Serious question: Should I split calling about this and calling about the starvation budget into two calls or deal with them at one time?


----------



## Devil's Advocate (Sep 13, 2011)

I'm not a big fan of this president, in fact I feel he pretty much threw us under the bus in most respects, but at least he's still pro-rail. Too bad that we had to vote-in a bunch of anti-rail congressmen and governors before many projects could be started, let alone finished.

hboy:


----------



## GG-1 (Sep 13, 2011)

Unfortunately most elected officials have forgotten they work for the voters and the full public!


----------



## George Harris (Sep 13, 2011)

It remains to be seen whether he will actually put his our money where his mouth is. Latest federal appropriation, as opposed to hot air promises to teh Calif HSR is zero, nada, nothing. If there is no money going to a very logical potentially high ridership line in a very populous state that generally goes the Democrat way, what do you think the chances are for any real money going to systems elsewhere. A lot fo the work currently happening started with or is being done by money appropriated under his much maligned predecessor.


----------



## Devil's Advocate (Sep 13, 2011)

George Harris said:


> It remains to be seen whether he will actually put his our money where his mouth is. Latest federal appropriation, as opposed to hot air promises to teh Calif HSR is zero, nada, nothing. If there is no money going to a very logical potentially high ridership line in a very populous state that generally goes the Democrat way, what do you think the chances are for any real money going to systems elsewhere. A lot fo the work currently happening started with or is being done by money appropriated under his much maligned predecessor.


Talk about hot air. 

There were few if any budgets Bush wouldn't sign into law. The fact that he didn't veto a given bill that happened to provide some amount of money for passenger rail does not make Bush a pro-rail anything. He was indifferent toward rail most of his life and staunchly anti-rail while acting as president and I've yet to hear or see anything to change that well-deserved reputation. The only thing that remains to be seen is if George Harris will ever give anyone from another tribe credit for publicly supporting Amtrak instead of trying to twist it around into a knock against them.


----------



## Ryan (Sep 13, 2011)

Texas Sunset said:


> The only thing that remains to be seen is if George Harris will ever give anyone from another tribe credit for publicly supporting Amtrak instead of trying to twist it around into a knock against them.
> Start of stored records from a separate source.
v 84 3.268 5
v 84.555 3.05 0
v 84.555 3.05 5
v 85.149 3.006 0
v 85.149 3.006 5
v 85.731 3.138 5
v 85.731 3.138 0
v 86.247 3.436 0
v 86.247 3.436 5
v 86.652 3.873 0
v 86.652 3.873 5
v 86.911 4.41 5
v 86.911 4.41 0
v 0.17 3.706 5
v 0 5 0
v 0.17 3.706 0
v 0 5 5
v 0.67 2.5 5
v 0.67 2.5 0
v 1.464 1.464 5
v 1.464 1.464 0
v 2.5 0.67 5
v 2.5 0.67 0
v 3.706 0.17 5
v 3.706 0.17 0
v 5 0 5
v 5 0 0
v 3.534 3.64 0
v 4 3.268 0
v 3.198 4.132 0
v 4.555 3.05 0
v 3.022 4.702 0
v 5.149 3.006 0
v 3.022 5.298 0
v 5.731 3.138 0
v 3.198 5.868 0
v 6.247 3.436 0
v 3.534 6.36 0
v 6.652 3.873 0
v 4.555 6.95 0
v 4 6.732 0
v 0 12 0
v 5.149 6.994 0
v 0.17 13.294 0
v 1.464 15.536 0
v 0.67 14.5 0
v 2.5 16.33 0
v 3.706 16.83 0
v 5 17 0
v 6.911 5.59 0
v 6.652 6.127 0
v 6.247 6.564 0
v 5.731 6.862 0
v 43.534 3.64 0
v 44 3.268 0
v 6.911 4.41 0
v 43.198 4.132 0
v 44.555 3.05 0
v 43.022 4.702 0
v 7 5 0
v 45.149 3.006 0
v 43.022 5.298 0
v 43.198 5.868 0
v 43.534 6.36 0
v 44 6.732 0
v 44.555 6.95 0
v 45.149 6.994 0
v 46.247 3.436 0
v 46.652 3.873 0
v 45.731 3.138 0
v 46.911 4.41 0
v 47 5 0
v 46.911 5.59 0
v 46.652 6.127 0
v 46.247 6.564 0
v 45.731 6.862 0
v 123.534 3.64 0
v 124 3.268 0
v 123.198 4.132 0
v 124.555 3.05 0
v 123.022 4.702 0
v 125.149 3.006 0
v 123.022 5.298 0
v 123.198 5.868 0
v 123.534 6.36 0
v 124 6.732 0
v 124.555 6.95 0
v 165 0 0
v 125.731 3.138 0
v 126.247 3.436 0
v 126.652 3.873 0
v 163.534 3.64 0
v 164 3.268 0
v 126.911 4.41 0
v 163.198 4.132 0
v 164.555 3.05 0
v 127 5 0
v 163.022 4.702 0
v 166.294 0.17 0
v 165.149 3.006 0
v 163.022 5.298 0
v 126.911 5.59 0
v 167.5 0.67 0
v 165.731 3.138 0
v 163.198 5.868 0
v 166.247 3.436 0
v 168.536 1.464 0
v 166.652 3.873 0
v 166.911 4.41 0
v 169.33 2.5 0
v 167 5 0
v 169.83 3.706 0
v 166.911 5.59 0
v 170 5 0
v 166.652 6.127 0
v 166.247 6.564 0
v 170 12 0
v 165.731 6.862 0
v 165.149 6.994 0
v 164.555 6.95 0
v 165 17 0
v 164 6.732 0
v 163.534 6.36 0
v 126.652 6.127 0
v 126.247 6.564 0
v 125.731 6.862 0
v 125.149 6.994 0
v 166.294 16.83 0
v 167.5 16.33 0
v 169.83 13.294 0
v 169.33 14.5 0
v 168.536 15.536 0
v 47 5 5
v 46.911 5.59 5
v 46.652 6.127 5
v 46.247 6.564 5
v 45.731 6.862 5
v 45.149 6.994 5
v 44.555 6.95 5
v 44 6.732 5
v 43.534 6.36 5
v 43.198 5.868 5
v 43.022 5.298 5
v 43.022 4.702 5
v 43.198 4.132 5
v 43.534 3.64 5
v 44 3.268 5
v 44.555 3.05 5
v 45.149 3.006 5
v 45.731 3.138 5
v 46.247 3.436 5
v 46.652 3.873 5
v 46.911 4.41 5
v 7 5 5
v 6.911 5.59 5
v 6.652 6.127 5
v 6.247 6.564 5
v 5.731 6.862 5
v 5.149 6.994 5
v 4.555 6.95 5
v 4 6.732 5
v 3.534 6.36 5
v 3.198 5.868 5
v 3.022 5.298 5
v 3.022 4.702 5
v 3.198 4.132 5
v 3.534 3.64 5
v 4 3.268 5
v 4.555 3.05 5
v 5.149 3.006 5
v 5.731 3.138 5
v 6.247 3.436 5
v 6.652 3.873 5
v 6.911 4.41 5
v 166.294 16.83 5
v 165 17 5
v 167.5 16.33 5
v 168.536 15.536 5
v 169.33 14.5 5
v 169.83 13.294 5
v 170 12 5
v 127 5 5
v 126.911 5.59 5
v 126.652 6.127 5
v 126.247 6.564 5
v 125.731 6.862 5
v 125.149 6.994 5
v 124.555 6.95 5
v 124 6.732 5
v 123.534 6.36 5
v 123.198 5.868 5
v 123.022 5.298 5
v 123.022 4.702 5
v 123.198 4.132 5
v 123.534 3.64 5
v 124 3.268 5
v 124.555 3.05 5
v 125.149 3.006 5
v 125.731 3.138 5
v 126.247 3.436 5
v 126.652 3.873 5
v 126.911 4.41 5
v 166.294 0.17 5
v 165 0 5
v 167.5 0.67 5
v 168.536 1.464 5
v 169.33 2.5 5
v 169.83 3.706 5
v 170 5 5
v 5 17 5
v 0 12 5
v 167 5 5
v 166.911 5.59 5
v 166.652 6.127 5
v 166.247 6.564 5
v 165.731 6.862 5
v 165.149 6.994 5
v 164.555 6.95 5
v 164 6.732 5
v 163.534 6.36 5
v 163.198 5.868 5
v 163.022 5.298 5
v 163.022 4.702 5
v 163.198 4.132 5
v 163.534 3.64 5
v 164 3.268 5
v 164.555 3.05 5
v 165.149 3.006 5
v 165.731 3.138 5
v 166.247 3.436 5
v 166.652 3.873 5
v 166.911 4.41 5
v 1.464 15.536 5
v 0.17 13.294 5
I'll settle for working knowledge of how the Federal budget process works. (Hint: The President doesn't appropriate money, Congress does).


----------



## leemell (Sep 13, 2011)

Ryan said:


> Texas Sunset said:
> 
> 
> > The only thing that remains to be seen is if George Harris will ever give anyone from another tribe credit for publicly supporting Amtrak instead of trying to twist it around into a knock against them.
> ...


More specifically, only the House does. United States Constitution (Article I, Section 7, clause 1).


----------



## afigg (Sep 13, 2011)

George Harris said:


> It remains to be seen whether he will actually put his our money where his mouth is. Latest federal appropriation, as opposed to hot air promises to teh Calif HSR is zero, nada, nothing. If there is no money going to a very logical potentially high ridership line in a very populous state that generally goes the Democrat way, what do you think the chances are for any real money going to systems elsewhere. A lot fo the work currently happening started with or is being done by money appropriated under his much maligned predecessor.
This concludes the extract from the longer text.